_Task to carry out_
Taking the listing below, restate word for word each line from the line with "#103=ORIENTED_EDGE('',*,*,#102,.F.);" to the line with "#115=EDGE_CURVE('',#34,#111,#114,.T.);", ends included, and stop there.

#### Supplied data ####

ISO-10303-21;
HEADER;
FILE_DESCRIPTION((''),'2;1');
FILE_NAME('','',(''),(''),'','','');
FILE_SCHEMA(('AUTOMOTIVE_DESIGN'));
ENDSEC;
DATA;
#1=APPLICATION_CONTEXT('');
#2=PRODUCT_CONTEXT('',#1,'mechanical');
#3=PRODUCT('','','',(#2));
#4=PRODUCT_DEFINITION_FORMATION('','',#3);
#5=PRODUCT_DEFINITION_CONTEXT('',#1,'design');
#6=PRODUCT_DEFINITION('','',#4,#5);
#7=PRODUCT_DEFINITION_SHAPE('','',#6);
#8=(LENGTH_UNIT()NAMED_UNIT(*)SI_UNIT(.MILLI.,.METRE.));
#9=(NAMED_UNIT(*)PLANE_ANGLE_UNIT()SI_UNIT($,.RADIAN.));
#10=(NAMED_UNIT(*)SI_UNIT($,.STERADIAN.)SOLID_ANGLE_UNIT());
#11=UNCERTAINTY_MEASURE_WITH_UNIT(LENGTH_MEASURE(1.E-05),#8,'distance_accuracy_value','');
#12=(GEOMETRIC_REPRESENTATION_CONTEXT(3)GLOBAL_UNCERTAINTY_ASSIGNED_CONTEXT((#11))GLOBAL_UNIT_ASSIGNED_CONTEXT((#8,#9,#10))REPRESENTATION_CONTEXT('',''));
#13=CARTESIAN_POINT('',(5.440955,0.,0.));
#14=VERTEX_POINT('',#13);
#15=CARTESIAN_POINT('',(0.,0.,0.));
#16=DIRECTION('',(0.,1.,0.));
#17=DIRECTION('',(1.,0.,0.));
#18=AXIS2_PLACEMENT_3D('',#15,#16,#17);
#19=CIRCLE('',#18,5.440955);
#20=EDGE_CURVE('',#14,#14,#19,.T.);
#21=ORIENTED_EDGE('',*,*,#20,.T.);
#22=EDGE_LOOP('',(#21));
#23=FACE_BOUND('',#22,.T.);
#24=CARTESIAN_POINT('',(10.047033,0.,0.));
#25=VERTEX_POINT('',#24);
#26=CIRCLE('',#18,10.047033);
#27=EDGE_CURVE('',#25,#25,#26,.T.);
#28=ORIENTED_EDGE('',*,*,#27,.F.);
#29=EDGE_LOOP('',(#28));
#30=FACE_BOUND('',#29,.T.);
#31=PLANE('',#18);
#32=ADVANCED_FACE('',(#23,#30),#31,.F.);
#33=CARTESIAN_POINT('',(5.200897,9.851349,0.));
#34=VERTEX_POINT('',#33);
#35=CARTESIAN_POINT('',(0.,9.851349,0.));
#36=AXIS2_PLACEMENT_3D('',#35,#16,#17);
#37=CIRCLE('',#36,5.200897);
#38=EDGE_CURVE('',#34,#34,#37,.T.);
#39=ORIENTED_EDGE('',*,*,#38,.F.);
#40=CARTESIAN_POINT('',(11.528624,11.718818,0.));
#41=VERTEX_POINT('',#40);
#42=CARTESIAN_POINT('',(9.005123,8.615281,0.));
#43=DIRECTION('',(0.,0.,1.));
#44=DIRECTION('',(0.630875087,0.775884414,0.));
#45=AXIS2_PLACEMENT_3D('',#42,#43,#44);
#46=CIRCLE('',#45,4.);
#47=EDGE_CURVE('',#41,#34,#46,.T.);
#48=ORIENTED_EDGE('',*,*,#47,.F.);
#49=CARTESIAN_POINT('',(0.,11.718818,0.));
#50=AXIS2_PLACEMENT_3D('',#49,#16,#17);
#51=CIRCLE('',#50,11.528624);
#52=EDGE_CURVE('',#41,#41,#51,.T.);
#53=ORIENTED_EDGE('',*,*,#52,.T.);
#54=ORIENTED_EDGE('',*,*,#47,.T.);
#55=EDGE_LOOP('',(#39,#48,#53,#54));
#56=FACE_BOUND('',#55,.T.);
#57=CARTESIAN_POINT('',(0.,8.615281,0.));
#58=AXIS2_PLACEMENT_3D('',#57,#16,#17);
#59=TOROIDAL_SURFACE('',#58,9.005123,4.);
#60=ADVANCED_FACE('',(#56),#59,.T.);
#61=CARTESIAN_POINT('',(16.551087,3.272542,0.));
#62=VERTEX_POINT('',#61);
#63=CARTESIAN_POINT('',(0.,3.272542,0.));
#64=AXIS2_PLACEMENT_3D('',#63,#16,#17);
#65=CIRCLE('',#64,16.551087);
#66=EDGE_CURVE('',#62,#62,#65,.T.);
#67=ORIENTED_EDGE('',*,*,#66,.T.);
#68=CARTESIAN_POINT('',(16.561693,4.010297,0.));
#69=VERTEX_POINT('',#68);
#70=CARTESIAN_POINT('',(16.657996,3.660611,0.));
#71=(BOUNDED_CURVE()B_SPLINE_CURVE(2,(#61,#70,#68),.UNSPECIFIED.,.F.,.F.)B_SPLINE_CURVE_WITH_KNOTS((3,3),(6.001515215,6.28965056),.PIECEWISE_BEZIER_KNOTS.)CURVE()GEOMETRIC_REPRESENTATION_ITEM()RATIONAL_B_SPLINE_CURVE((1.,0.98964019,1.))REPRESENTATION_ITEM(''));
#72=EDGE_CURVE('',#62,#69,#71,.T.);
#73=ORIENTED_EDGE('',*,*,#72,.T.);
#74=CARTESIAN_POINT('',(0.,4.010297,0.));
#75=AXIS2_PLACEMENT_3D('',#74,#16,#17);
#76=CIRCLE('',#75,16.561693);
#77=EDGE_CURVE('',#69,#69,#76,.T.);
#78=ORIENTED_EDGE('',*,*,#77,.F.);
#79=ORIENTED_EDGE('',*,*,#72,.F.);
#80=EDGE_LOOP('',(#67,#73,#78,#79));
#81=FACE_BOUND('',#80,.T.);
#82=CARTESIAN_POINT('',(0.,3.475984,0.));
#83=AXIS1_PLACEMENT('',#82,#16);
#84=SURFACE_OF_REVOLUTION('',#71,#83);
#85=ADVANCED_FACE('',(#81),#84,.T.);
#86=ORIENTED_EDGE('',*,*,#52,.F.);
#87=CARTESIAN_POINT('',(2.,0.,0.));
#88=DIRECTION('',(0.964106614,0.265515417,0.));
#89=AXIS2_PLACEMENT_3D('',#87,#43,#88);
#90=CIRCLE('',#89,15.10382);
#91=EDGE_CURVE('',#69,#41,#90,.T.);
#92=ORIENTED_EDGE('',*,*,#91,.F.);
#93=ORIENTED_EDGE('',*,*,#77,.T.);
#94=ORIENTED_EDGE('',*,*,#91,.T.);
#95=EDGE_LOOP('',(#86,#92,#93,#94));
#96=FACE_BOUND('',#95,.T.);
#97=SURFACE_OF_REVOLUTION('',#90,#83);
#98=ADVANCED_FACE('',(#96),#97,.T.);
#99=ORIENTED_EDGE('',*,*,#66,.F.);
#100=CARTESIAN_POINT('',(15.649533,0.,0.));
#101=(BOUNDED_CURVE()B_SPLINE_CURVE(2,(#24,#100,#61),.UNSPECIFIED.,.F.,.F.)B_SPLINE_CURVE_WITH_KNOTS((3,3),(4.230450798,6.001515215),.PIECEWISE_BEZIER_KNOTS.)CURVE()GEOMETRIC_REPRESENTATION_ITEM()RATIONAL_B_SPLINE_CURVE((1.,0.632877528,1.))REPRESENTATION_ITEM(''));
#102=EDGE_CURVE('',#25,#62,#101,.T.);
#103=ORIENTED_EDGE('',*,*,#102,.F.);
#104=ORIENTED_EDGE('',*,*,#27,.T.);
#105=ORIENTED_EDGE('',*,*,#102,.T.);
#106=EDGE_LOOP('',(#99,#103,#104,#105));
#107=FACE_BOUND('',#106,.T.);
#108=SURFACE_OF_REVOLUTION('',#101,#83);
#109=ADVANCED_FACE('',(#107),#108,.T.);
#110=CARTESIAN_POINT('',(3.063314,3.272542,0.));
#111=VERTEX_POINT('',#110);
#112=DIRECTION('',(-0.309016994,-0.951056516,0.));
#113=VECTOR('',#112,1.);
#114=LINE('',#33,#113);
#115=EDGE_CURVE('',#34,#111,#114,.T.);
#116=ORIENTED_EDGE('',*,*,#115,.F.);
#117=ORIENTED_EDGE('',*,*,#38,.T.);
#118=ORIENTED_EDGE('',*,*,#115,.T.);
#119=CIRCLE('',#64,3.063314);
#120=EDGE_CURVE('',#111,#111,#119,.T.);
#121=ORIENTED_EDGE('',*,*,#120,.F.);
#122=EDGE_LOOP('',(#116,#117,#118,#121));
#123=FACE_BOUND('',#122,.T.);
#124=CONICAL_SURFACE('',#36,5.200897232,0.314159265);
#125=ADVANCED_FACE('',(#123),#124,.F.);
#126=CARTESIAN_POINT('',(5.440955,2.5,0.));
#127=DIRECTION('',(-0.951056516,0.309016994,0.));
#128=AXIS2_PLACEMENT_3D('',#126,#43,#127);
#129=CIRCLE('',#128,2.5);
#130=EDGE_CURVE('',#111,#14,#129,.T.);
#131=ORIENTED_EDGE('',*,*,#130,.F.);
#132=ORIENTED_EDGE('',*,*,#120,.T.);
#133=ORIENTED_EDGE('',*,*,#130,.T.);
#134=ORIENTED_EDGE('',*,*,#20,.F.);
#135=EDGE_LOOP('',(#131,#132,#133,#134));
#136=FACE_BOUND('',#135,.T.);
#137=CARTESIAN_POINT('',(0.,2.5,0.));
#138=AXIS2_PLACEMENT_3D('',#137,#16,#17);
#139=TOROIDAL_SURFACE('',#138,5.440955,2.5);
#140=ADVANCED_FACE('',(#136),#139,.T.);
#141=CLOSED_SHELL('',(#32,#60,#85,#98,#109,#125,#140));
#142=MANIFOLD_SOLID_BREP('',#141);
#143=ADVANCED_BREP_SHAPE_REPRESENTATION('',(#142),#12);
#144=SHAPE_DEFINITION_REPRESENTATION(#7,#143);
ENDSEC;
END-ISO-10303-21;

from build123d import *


with BuildPart() as f1:
    # F0 (on Top) → F1 (revolve)
    with BuildSketch(Plane.XY):
        with BuildLine():
            ThreePointArc((3.0633135104, 3.2725424859), (3.4184123152, 1.0305368693), (5.4409548012, 0))
            Line((5.4409548012, 0), (10.047032676, 0))
            add(Edge.make_bspline(
                [(10.047032676, 0), (15.6495332881, 0), (16.551087103, 3.2725424859)],
                knots=[4.2304507978, 4.2304507978, 4.2304507978, 6.0015152151, 6.0015152151, 6.0015152151], degree=2, weights=[1, 0.6328775276, 1]))
            Line((16.551087103, 3.2725424859), (3.0633135104, 3.2725424859))
        make_face()
        with BuildLine():
            Line((5.2008972323, 9.8513487161), (3.0633135104, 3.2725424859))
            Line((3.0633135104, 3.2725424859), (16.551087103, 3.2725424859))
            add(Edge.make_bspline(
                [(16.551087103, 3.2725424859), (16.6579962544, 3.6606111005), (16.5616925878, 4.0102970167)],
                knots=[6.0015152151, 6.0015152151, 6.0015152151, 6.2896505601, 6.2896505601, 6.2896505601], degree=2, weights=[1, 0.9896401901, 1]))
            ThreePointArc((16.5616925878, 4.0102970167), (14.6467845529, 8.2573732905), (11.5286236462, 11.7188183959))
            ThreePointArc((11.5286236462, 11.7188183959), (7.8729018786, 12.4516950356), (5.2008972323, 9.8513487161))
        make_face()
    revolve(axis=Axis((0, 3.47598386, 0), (0, 1, 0)))


solid = f1.part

####

_Answer for the task_
#103=ORIENTED_EDGE('',*,*,#102,.F.);
#104=ORIENTED_EDGE('',*,*,#27,.T.);
#105=ORIENTED_EDGE('',*,*,#102,.T.);
#106=EDGE_LOOP('',(#99,#103,#104,#105));
#107=FACE_BOUND('',#106,.T.);
#108=SURFACE_OF_REVOLUTION('',#101,#83);
#109=ADVANCED_FACE('',(#107),#108,.T.);
#110=CARTESIAN_POINT('',(3.063314,3.272542,0.));
#111=VERTEX_POINT('',#110);
#112=DIRECTION('',(-0.309016994,-0.951056516,0.));
#113=VECTOR('',#112,1.);
#114=LINE('',#33,#113);
#115=EDGE_CURVE('',#34,#111,#114,.T.);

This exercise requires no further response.